Up to and including the line with "v 2.828 2.828 0", restate the records below word for word, beginning with their first line.

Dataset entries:
____

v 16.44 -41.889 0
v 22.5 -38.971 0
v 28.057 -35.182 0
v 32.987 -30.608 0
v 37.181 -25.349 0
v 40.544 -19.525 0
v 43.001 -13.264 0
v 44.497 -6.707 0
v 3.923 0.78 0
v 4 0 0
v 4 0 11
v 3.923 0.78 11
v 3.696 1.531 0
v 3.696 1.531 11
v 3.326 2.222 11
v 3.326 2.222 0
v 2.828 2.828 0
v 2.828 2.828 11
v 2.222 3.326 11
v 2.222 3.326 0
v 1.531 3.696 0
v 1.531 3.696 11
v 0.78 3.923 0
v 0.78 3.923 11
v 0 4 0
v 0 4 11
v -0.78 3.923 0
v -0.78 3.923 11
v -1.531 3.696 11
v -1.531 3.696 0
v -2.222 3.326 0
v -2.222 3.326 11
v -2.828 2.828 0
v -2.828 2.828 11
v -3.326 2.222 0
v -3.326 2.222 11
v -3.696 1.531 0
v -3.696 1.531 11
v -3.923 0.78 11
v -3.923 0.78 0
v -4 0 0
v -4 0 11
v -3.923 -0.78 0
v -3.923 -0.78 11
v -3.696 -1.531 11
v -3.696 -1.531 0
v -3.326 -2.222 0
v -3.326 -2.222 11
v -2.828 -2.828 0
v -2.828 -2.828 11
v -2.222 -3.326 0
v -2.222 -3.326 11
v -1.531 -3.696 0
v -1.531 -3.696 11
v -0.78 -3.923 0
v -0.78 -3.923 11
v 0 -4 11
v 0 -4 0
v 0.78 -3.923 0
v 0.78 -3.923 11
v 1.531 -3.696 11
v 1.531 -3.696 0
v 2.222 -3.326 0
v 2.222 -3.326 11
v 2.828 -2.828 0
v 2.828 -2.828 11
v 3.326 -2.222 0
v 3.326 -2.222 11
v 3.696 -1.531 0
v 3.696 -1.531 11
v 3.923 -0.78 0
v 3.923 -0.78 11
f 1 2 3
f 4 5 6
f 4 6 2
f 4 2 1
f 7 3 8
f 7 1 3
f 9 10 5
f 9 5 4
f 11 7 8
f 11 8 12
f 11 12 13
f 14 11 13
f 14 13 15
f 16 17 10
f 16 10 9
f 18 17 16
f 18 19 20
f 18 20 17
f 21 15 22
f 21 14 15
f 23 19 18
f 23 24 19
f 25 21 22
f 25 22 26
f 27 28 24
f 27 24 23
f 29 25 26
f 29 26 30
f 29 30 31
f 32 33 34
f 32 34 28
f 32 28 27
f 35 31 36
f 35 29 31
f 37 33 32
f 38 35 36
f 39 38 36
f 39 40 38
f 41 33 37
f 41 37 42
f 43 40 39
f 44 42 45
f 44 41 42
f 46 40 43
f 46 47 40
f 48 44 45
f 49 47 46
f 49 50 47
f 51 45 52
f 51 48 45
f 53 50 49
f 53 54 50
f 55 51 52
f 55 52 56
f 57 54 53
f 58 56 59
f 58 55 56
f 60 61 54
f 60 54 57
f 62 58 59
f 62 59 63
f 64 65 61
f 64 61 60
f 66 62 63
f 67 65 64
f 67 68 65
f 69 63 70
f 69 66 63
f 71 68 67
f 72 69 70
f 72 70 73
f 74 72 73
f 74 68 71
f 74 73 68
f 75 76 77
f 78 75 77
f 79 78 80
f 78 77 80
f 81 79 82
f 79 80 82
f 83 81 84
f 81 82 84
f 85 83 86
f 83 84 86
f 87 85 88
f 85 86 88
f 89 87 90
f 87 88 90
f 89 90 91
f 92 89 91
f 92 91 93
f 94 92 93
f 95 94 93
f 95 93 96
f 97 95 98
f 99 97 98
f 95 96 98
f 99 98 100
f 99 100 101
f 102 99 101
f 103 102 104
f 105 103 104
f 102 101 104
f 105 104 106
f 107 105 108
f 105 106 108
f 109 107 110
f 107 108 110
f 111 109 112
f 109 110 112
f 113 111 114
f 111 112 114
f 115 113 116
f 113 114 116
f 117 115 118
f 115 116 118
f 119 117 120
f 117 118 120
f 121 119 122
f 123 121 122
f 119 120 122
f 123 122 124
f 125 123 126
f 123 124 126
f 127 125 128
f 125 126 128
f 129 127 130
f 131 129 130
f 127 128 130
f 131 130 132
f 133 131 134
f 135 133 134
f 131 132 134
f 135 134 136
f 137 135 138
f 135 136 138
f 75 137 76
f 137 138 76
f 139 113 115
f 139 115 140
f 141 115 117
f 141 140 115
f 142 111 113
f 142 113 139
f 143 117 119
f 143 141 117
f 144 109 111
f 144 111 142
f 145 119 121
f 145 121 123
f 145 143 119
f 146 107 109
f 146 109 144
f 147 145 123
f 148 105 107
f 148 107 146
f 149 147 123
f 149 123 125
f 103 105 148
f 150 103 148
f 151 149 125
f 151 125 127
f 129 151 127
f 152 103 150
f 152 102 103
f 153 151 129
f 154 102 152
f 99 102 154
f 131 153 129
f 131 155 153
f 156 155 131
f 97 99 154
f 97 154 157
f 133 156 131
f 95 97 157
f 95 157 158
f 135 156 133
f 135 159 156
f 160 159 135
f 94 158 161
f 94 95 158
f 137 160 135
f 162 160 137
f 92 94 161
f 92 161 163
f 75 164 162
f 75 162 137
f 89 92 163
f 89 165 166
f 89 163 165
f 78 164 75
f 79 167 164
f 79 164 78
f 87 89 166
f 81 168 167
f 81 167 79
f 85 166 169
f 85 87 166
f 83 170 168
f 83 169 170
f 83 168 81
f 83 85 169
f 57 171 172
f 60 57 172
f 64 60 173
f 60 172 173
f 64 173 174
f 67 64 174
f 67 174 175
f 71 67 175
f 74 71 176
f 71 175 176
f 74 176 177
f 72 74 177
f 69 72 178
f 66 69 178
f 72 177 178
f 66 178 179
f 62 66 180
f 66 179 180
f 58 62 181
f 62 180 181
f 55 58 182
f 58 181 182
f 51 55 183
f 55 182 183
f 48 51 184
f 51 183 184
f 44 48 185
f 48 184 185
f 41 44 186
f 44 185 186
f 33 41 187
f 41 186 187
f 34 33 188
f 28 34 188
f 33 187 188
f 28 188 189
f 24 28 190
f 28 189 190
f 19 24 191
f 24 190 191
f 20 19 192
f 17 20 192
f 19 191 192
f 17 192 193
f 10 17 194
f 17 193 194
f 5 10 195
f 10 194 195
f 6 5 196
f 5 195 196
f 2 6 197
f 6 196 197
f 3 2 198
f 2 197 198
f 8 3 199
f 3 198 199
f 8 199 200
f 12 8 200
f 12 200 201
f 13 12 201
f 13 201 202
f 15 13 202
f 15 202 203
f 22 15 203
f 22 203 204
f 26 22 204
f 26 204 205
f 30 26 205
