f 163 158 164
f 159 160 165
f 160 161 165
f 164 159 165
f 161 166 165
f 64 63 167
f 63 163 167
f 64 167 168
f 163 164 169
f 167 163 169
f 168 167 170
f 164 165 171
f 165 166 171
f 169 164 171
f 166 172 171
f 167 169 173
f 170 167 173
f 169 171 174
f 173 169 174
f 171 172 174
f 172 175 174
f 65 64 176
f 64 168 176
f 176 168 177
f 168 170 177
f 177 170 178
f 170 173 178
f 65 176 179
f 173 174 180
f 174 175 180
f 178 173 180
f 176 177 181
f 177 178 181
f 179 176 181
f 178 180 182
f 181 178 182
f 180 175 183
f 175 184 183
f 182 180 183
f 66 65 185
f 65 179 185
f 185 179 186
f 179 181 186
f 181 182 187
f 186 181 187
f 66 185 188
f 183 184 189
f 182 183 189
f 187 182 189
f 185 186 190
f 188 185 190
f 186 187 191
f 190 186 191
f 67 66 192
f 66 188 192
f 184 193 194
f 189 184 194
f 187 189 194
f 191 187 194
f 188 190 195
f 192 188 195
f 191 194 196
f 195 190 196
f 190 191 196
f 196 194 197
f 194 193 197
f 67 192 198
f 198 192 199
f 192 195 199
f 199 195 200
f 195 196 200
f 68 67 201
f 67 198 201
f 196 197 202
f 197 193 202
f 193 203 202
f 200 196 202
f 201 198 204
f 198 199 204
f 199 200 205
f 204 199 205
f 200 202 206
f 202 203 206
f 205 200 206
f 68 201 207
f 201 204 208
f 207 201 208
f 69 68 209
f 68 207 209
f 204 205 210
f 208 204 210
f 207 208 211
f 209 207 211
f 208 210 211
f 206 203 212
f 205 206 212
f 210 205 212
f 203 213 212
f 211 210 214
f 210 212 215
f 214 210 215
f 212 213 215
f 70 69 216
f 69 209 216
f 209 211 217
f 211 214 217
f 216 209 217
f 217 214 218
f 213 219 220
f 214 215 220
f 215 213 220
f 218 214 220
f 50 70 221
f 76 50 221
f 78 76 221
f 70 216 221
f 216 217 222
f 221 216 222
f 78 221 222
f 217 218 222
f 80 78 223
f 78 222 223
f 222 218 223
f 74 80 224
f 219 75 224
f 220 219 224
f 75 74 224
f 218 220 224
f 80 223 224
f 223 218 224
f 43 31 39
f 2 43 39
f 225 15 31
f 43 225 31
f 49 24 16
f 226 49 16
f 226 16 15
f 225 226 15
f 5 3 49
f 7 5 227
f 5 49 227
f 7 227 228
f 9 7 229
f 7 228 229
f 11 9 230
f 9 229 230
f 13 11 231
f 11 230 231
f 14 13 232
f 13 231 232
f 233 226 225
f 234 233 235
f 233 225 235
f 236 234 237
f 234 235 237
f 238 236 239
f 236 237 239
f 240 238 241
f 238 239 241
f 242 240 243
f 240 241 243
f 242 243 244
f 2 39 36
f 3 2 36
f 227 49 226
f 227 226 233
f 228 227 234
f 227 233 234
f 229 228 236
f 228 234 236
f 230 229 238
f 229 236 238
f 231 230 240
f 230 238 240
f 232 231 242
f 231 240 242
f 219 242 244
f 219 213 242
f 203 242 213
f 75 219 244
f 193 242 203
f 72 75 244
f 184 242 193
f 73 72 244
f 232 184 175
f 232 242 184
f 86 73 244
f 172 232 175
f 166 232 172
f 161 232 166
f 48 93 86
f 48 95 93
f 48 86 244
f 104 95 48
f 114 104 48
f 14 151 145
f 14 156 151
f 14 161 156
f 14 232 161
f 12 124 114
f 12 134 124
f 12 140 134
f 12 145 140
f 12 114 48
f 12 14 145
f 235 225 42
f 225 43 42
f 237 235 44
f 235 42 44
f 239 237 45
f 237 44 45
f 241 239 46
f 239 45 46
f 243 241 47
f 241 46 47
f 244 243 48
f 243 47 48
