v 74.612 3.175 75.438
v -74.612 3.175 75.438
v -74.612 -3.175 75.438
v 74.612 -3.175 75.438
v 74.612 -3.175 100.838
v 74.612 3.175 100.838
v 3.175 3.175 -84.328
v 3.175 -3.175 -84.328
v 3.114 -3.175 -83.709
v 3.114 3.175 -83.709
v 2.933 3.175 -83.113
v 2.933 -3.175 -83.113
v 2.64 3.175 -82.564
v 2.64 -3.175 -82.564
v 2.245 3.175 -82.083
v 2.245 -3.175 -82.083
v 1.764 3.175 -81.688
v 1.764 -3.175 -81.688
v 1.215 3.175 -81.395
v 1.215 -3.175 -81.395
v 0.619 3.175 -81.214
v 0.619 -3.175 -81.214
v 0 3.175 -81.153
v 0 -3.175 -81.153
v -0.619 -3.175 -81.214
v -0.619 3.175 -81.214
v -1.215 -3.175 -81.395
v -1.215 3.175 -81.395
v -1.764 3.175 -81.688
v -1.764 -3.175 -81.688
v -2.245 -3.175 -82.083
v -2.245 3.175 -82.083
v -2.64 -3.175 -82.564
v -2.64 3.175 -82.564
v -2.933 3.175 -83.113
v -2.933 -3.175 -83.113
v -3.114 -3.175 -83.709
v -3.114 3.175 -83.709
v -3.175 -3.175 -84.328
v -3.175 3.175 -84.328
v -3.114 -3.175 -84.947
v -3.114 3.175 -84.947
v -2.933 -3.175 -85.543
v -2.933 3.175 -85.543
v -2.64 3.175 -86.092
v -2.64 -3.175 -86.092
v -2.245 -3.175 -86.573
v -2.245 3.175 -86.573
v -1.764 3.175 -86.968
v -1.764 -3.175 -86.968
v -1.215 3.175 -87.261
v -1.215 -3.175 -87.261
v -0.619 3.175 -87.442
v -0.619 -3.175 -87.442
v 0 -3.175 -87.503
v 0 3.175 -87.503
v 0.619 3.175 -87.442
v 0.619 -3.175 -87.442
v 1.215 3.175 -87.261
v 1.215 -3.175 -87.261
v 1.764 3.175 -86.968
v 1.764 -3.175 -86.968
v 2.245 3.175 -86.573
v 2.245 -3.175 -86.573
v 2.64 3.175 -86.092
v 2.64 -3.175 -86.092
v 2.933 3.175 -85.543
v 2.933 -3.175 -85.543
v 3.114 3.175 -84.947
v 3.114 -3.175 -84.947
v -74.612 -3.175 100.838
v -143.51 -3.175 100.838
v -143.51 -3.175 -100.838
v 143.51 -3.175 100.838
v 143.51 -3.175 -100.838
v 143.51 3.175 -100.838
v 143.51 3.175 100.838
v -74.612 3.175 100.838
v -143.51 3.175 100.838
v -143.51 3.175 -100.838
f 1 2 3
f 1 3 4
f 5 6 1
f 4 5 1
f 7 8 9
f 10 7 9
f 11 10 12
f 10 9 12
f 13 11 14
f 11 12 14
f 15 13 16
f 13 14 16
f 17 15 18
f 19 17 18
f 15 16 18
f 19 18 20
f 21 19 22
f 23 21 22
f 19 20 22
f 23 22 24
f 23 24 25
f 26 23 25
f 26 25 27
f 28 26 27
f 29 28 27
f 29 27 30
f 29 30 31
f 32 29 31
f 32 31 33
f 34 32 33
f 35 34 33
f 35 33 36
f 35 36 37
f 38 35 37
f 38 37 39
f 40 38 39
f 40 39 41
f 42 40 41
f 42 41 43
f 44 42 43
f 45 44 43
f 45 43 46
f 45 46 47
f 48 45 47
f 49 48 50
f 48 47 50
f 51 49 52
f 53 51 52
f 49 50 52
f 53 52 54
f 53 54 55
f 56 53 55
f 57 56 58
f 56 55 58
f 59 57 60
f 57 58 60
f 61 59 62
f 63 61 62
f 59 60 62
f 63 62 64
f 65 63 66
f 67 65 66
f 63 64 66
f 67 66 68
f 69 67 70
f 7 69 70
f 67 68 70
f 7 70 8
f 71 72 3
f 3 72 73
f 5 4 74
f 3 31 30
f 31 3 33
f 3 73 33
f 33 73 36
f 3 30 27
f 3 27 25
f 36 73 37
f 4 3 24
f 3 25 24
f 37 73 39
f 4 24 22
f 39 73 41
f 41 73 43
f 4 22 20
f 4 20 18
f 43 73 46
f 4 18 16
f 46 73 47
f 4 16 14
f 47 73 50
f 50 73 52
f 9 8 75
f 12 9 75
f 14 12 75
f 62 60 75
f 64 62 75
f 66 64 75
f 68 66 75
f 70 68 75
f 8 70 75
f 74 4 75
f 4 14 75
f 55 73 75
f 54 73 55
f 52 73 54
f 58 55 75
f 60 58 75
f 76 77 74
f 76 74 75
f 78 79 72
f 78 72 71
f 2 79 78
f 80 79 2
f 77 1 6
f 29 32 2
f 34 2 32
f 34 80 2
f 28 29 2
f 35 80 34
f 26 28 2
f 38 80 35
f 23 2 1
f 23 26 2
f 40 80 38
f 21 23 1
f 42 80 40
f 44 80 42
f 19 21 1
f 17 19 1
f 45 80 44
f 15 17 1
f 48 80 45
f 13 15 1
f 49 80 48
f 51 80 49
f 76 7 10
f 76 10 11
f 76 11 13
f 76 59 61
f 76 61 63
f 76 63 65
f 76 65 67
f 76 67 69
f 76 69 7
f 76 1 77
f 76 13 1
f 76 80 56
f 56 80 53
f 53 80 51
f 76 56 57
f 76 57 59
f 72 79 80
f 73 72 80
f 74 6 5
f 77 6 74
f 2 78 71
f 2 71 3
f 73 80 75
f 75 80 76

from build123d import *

# Parameters (mm, degrees)
SKETCH1_W               = 287.02
SKETCH1_H               = 201.676
BOSS_EXTRUDE1_DEPTH     = 3.175
SKETCH2_W               = 149.225
SKETCH2_H               = 25.4
CUT_EXTRUDE1_DEPTH      = 1
CUT_EXTRUDE1_DEPTH_BACK = 7.35
SKETCH3_R               = 3.175
CUT_EXTRUDE2_DEPTH      = 1
CUT_EXTRUDE2_DEPTH_BACK = 7.35


with BuildPart() as part:
    # Sketch1 → Boss-Extrude1 (new body, symmetric)
    with BuildSketch(Plane(origin=(0, 0, 0), x_dir=(1, 0, 0), z_dir=(0, 1, 0))):
        Rectangle(SKETCH1_W, SKETCH1_H)
    extrude(amount=BOSS_EXTRUDE1_DEPTH, both=True)

    # Sketch2 → Cut-Extrude1 (cut, two sides)
    with BuildSketch(Plane(origin=(0, 3.175, 0), x_dir=(1, 0, 0), z_dir=(0, 1, 0))) as cut_extrude1_sk:
        with Locations((0, -88.138)):
            Rectangle(SKETCH2_W, SKETCH2_H)
    extrude(amount=CUT_EXTRUDE1_DEPTH, mode=Mode.SUBTRACT)
    extrude(cut_extrude1_sk.sketch, amount=-CUT_EXTRUDE1_DEPTH_BACK, mode=Mode.SUBTRACT)

    # Sketch3 → Cut-Extrude2 (cut, two sides)
    with BuildSketch(Plane.XZ.offset(3.175)) as cut_extrude2_sk:
        with Locations((41.91, 88.138)):
            Circle(SKETCH3_R)
        with Locations((0, -84.328)):
            Circle(SKETCH3_R)
        with Locations((-41.91, 88.138)):
            Circle(SKETCH3_R)
    extrude(amount=CUT_EXTRUDE2_DEPTH, mode=Mode.SUBTRACT)
    extrude(cut_extrude2_sk.sketch, amount=-CUT_EXTRUDE2_DEPTH_BACK, mode=Mode.SUBTRACT)


solid = part.part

____

Reply to the task
v 16.44 -41.889 0
v 22.5 -38.971 0
v 28.057 -35.182 0
v 32.987 -30.608 0
v 37.181 -25.349 0
v 40.544 -19.525 0
v 43.001 -13.264 0
v 44.497 -6.707 0
v 3.923 0.78 0
v 4 0 0
v 4 0 11
v 3.923 0.78 11
v 3.696 1.531 0
v 3.696 1.531 11
v 3.326 2.222 11
v 3.326 2.222 0
v 2.828 2.828 0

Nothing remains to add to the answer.